**What you have to do:** Restate word for word the lines of the material below, from the line with "#58=DIRECTION('',(0.,-1.,0.));" to the line with "FreeCAD Python script", both lines included, and no others.
═════ Provided records ═════
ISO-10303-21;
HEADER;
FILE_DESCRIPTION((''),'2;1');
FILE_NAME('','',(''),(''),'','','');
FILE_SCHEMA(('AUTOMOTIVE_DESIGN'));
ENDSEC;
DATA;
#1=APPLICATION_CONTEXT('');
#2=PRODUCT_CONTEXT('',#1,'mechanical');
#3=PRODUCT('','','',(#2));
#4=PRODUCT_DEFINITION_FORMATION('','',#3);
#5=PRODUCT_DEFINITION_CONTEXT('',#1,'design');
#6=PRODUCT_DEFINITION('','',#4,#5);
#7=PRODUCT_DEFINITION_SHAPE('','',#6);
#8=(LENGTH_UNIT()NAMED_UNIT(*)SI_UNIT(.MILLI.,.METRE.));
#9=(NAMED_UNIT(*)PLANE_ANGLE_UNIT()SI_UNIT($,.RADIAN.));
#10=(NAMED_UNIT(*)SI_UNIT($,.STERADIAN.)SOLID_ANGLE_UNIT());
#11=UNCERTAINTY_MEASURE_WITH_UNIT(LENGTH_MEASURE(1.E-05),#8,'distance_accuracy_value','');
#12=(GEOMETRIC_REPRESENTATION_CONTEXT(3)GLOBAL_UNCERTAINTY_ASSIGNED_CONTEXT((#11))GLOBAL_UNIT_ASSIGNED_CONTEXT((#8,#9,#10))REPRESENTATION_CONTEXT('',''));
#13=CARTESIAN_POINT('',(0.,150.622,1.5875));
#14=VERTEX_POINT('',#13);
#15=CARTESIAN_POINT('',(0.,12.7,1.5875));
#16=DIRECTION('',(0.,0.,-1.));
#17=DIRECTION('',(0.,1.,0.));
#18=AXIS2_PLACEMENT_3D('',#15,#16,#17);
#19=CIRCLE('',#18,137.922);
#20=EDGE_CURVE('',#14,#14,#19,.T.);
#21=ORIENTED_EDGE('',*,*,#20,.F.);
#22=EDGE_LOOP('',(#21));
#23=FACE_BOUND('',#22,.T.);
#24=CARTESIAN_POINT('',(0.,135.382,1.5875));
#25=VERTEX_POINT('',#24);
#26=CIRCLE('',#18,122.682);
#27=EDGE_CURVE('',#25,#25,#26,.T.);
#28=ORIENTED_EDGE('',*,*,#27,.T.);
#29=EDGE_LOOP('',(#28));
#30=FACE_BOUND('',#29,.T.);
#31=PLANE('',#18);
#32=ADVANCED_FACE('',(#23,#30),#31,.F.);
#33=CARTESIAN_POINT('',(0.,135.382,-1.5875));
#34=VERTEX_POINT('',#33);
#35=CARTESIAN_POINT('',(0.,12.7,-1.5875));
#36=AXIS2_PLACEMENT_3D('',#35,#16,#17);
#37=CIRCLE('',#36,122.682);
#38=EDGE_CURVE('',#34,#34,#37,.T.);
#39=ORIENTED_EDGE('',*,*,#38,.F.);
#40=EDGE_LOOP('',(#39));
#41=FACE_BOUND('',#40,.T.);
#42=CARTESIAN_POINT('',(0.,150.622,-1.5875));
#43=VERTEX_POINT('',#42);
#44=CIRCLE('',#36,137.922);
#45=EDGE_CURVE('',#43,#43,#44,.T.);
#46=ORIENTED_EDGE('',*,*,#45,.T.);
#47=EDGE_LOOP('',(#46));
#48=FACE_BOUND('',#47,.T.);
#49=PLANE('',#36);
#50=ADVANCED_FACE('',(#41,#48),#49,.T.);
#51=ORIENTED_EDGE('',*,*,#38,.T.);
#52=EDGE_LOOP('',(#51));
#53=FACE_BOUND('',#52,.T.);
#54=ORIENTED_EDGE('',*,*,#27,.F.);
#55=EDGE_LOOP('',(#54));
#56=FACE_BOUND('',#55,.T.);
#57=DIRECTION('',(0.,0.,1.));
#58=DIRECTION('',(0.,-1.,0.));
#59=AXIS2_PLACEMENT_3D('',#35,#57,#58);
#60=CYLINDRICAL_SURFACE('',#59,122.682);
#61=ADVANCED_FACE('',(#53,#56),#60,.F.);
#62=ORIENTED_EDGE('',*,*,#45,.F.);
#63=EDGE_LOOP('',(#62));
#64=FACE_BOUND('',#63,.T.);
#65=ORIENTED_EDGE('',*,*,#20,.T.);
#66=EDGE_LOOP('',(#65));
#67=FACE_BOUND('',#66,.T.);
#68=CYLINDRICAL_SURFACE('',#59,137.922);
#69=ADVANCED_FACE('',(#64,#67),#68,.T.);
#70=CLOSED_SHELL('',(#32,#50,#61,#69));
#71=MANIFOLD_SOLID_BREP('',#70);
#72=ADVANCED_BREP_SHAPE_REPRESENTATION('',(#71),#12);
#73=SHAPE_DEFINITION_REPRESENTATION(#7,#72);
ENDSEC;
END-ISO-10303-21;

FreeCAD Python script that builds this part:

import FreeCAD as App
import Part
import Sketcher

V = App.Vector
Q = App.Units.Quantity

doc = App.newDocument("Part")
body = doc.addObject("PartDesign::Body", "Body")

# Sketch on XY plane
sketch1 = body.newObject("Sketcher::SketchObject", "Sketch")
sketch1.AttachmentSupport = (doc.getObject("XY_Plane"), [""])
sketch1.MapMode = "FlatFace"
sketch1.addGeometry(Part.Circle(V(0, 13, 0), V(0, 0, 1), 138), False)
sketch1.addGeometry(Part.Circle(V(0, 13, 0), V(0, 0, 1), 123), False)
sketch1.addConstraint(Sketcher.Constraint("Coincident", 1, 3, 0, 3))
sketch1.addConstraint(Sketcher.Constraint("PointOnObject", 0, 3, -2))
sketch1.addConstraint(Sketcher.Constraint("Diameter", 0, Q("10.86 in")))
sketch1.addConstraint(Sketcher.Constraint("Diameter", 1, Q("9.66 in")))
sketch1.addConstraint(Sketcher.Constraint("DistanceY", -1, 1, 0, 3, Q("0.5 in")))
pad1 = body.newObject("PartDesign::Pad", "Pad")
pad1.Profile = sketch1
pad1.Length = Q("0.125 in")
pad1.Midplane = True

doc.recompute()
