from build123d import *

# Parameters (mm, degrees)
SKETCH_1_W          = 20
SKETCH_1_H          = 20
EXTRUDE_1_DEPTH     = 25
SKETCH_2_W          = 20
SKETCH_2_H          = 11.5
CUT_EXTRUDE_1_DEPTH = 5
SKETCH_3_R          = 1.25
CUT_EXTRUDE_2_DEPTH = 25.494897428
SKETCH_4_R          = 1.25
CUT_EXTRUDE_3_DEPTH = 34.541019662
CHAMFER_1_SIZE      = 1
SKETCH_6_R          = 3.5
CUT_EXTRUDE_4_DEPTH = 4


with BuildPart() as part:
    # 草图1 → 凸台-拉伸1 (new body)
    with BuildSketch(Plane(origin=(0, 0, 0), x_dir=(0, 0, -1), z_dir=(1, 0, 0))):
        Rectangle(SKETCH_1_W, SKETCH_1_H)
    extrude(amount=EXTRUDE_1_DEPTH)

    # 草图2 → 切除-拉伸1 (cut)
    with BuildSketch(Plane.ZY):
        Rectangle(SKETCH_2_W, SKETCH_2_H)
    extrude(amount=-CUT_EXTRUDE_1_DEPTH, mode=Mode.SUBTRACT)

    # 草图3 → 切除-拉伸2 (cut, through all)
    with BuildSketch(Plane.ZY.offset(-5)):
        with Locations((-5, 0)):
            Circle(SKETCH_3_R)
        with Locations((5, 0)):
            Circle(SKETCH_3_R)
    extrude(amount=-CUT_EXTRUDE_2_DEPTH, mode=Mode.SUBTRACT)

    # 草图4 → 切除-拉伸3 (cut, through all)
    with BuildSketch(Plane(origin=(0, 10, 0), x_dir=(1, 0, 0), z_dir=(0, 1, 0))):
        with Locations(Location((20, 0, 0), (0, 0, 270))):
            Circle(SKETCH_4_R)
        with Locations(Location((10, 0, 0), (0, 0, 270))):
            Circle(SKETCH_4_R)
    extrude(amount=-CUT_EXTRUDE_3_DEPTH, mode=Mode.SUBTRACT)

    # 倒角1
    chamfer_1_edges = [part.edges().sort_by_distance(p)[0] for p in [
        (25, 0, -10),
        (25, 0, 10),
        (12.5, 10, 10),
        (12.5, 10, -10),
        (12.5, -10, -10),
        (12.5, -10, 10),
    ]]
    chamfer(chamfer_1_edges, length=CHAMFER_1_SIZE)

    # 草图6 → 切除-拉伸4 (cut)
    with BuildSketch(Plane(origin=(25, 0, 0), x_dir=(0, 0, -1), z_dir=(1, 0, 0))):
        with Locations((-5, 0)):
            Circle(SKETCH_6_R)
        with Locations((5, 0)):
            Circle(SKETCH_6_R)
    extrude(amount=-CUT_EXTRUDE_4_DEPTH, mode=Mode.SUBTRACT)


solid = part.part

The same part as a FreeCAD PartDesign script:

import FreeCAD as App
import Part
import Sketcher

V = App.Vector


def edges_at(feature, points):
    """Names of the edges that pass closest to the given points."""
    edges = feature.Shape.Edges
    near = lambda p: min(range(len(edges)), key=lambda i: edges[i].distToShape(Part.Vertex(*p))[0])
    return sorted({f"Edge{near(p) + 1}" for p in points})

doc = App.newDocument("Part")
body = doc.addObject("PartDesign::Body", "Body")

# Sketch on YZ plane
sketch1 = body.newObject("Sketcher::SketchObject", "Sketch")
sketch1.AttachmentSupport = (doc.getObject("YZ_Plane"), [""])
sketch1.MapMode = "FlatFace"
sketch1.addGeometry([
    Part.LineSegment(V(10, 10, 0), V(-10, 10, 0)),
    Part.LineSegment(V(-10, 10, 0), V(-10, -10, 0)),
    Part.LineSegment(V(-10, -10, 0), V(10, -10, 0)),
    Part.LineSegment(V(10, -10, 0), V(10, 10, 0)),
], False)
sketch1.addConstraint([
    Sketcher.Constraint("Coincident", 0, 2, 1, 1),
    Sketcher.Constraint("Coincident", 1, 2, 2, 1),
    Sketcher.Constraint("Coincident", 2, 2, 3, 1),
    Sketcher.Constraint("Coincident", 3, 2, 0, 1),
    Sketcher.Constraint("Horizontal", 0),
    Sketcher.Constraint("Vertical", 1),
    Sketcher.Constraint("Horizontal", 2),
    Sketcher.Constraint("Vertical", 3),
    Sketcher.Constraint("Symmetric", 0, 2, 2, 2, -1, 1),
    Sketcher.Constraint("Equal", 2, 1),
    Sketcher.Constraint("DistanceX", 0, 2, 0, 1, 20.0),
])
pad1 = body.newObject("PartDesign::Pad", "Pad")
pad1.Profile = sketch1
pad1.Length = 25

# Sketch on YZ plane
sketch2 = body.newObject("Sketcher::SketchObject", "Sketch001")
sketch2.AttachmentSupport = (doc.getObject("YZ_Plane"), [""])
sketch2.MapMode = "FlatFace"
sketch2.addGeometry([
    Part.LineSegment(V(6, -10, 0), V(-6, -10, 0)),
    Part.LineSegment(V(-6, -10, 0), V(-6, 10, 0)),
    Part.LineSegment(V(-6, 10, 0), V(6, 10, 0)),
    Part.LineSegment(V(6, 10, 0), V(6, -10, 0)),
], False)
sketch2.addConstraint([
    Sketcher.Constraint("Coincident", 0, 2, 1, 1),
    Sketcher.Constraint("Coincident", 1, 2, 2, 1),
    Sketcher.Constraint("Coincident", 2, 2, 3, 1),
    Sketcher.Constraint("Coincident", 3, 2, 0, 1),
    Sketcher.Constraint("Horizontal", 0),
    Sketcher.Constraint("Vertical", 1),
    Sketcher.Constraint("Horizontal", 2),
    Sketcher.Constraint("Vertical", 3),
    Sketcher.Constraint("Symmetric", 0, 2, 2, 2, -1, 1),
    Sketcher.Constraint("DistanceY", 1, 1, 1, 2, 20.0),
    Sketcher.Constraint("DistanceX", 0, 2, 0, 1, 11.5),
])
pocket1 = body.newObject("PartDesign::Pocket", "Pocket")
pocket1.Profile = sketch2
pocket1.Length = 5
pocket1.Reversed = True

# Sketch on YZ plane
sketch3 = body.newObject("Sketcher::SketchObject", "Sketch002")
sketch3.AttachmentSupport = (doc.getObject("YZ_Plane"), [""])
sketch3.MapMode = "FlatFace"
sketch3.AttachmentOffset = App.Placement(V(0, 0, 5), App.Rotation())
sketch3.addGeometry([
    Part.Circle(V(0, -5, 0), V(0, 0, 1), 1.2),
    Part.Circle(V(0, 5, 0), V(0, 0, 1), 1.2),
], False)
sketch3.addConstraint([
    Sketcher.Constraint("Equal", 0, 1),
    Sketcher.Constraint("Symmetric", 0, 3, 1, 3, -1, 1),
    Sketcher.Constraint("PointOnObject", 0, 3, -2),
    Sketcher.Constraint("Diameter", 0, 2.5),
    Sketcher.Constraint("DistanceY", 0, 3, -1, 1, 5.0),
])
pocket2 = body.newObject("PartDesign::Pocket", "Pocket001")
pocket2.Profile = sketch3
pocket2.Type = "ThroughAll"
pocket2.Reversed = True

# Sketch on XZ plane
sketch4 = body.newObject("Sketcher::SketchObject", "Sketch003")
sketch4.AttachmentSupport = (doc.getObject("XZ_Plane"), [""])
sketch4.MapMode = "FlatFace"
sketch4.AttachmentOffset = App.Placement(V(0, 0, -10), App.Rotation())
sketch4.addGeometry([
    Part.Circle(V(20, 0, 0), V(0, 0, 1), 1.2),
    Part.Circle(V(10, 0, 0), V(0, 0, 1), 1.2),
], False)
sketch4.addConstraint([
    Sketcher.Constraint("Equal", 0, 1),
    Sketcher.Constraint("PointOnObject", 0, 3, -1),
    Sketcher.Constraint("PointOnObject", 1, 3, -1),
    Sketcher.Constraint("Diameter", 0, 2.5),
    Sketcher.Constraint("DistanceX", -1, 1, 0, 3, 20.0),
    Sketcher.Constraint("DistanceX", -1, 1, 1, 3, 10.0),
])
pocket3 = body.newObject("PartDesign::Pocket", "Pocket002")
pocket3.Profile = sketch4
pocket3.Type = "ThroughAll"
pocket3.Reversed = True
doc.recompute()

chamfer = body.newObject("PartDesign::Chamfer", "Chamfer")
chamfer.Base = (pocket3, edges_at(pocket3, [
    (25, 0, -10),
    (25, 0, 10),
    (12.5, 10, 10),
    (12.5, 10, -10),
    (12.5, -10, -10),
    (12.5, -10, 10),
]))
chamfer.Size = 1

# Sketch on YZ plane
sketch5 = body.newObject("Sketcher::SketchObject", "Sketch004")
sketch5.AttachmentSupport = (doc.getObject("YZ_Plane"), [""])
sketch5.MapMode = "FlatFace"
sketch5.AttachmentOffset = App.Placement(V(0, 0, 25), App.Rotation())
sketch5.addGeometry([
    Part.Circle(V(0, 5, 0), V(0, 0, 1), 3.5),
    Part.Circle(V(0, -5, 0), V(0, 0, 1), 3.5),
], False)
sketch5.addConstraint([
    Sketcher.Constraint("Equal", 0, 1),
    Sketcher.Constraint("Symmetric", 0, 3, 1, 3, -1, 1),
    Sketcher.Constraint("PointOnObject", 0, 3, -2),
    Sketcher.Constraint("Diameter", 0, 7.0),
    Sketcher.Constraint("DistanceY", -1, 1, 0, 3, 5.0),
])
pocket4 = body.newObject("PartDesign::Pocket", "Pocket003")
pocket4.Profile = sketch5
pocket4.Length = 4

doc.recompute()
═════
**Problem solution:**
#58=DIRECTION('',(0.,-1.,0.));
#59=AXIS2_PLACEMENT_3D('',#35,#57,#58);
#60=CYLINDRICAL_SURFACE('',#59,122.682);
#61=ADVANCED_FACE('',(#53,#56),#60,.F.);
#62=ORIENTED_EDGE('',*,*,#45,.F.);
#63=EDGE_LOOP('',(#62));
#64=FACE_BOUND('',#63,.T.);
#65=ORIENTED_EDGE('',*,*,#20,.T.);
#66=EDGE_LOOP('',(#65));
#67=FACE_BOUND('',#66,.T.);
#68=CYLINDRICAL_SURFACE('',#59,137.922);
#69=ADVANCED_FACE('',(#64,#67),#68,.T.);
#70=CLOSED_SHELL('',(#32,#50,#61,#69));
#71=MANIFOLD_SOLID_BREP('',#70);
#72=ADVANCED_BREP_SHAPE_REPRESENTATION('',(#71),#12);
#73=SHAPE_DEFINITION_REPRESENTATION(#7,#72);
ENDSEC;
END-ISO-10303-21;

FreeCAD Python script that builds this part:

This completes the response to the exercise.